» Problem details:
From the records below, copy the lines that include "None".

● ● ● ● ●

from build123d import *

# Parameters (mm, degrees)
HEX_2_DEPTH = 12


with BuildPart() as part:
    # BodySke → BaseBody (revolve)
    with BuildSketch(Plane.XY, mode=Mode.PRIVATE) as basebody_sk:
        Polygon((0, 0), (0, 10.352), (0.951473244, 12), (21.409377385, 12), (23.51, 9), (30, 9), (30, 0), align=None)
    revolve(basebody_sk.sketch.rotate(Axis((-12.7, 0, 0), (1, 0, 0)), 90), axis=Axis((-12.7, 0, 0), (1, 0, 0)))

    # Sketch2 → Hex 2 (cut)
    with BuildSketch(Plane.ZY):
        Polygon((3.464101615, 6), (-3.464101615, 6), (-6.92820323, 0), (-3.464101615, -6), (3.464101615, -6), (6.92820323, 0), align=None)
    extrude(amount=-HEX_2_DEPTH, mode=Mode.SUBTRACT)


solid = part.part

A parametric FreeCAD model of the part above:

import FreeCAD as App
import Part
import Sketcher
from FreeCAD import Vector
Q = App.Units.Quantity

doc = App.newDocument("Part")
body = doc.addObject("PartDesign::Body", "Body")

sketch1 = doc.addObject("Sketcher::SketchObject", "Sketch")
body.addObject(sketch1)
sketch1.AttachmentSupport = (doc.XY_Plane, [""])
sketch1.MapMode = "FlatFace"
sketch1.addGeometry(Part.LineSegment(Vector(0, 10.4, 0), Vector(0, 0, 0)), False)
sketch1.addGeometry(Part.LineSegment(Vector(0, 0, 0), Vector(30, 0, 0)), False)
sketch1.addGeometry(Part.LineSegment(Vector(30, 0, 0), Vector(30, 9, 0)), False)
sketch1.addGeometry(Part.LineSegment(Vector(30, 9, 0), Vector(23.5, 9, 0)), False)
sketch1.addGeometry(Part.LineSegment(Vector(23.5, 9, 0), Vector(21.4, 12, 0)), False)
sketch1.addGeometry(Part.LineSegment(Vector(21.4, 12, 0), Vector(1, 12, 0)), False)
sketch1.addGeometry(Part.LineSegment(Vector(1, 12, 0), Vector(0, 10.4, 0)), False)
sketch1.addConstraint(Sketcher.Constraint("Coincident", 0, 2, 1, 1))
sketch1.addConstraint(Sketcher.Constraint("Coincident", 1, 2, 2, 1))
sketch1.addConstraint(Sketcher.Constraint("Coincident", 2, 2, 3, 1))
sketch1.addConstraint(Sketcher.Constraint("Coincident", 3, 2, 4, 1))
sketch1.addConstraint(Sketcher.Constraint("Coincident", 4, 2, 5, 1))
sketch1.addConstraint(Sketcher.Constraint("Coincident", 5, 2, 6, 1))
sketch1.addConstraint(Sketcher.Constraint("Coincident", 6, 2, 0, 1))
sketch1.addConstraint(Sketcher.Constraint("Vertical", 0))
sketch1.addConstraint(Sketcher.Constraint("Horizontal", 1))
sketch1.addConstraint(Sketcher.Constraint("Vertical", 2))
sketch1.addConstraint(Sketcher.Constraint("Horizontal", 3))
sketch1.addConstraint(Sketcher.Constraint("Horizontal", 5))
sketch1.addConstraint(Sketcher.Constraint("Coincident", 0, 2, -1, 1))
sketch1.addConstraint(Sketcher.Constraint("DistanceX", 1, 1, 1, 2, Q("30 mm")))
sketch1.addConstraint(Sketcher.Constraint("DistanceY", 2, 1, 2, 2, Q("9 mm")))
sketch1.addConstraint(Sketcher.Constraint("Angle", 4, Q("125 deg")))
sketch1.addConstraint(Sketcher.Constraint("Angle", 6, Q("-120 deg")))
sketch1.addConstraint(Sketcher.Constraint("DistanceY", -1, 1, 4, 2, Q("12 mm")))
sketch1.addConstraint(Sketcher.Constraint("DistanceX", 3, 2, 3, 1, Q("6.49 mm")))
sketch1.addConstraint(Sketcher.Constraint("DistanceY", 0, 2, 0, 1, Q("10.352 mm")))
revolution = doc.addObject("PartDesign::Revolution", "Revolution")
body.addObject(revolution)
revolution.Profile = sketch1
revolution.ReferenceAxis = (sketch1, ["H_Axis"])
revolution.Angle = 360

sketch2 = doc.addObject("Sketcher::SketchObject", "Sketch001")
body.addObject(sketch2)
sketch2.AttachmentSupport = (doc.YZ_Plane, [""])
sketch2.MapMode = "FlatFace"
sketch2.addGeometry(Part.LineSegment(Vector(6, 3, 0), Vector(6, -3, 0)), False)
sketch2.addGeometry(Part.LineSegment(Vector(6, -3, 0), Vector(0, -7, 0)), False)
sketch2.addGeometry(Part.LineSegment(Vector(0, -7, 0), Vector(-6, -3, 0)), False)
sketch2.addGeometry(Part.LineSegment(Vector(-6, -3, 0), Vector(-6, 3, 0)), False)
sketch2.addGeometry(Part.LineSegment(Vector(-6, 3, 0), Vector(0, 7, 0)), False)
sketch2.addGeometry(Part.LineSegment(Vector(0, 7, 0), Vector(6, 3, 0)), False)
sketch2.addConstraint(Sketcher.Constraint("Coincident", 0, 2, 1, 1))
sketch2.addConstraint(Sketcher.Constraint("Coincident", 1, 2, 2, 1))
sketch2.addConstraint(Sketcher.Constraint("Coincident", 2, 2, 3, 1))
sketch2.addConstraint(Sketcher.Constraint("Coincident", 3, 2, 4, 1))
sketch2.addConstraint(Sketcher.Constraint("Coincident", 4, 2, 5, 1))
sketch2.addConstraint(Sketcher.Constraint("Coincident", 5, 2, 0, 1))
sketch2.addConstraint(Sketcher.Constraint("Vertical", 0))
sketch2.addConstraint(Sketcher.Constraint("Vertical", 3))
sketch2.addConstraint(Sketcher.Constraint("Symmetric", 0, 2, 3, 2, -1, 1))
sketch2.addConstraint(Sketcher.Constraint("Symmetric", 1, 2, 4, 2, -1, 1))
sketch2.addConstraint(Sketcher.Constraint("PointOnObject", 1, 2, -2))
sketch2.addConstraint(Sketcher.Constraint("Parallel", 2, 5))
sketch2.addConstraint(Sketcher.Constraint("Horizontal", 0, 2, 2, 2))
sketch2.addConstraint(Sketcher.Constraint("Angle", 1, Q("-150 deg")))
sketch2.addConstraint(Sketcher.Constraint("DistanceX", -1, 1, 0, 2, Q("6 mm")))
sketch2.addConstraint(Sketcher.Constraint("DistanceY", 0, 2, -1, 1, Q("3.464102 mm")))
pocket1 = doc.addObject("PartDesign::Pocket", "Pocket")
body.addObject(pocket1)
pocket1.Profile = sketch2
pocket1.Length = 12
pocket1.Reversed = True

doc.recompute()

● ● ● ● ●

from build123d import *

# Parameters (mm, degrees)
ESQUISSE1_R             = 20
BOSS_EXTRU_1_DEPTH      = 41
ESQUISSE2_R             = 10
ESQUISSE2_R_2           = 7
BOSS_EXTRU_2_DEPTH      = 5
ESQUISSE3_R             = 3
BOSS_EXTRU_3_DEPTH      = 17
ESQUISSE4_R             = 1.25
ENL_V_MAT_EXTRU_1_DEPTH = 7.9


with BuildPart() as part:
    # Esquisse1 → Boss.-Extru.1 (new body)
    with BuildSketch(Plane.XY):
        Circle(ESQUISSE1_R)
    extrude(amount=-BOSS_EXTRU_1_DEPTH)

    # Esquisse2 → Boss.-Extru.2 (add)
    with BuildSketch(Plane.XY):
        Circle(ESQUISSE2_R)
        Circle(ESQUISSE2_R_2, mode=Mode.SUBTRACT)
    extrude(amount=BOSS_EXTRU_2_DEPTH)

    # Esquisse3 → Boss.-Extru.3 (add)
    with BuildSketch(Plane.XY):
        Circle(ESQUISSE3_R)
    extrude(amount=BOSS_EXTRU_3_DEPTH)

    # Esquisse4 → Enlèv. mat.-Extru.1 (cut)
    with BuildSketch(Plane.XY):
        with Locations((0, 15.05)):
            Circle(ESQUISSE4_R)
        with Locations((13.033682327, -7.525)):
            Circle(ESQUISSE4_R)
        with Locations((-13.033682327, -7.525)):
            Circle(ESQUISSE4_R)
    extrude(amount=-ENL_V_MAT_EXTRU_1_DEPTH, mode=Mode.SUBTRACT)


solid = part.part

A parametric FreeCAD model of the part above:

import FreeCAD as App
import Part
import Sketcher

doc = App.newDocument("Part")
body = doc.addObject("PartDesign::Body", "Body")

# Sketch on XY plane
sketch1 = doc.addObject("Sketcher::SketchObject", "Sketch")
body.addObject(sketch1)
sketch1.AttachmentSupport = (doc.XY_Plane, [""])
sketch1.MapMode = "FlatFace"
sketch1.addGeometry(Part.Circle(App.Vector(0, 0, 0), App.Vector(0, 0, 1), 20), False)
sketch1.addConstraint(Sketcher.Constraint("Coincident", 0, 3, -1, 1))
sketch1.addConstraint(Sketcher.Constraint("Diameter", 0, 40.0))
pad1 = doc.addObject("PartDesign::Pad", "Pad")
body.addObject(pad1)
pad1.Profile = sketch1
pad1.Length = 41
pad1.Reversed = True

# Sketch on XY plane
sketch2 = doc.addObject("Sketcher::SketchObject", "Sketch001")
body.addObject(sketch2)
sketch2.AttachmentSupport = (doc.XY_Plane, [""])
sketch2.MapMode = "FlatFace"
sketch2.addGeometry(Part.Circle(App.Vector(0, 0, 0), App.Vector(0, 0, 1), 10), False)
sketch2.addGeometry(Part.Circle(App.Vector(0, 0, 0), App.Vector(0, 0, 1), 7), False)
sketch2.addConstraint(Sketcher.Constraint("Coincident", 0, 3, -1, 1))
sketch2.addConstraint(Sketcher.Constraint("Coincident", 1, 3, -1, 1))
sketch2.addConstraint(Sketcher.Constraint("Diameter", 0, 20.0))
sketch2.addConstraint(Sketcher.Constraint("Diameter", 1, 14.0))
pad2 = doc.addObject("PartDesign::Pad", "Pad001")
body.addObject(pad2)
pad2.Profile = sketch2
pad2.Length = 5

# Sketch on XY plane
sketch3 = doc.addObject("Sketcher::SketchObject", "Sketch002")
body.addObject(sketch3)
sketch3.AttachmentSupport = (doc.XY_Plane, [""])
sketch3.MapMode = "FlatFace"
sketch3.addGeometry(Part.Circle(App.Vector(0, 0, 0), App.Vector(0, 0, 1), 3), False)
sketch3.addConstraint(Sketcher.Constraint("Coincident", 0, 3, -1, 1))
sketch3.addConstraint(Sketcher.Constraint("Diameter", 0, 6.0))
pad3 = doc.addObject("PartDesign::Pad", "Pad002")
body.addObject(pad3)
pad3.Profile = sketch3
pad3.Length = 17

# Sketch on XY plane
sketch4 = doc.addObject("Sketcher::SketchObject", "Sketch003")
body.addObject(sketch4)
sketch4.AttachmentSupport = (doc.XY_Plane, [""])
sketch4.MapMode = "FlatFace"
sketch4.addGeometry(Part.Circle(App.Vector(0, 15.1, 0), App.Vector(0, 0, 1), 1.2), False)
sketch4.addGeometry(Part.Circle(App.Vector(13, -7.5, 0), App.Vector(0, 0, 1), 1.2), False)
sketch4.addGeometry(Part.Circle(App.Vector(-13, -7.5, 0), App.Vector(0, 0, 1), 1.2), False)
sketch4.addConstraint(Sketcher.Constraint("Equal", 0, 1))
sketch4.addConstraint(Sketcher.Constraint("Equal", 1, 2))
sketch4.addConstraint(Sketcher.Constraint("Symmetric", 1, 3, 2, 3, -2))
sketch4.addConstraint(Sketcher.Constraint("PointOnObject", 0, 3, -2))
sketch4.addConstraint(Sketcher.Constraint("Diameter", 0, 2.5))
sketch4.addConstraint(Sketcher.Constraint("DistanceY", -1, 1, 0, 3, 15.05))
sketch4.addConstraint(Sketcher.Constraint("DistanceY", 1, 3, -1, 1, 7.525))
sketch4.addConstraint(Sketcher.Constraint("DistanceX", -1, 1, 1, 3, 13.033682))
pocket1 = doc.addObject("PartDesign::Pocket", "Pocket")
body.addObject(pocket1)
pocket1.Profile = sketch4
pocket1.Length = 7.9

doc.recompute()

● ● ● ● ●

» Reply:
        Polygon((0, 0), (0, 10.352), (0.951473244, 12), (21.409377385, 12), (23.51, 9), (30, 9), (30, 0), align=None)
        Polygon((3.464101615, 6), (-3.464101615, 6), (-6.92820323, 0), (-3.464101615, -6), (3.464101615, -6), (6.92820323, 0), align=None)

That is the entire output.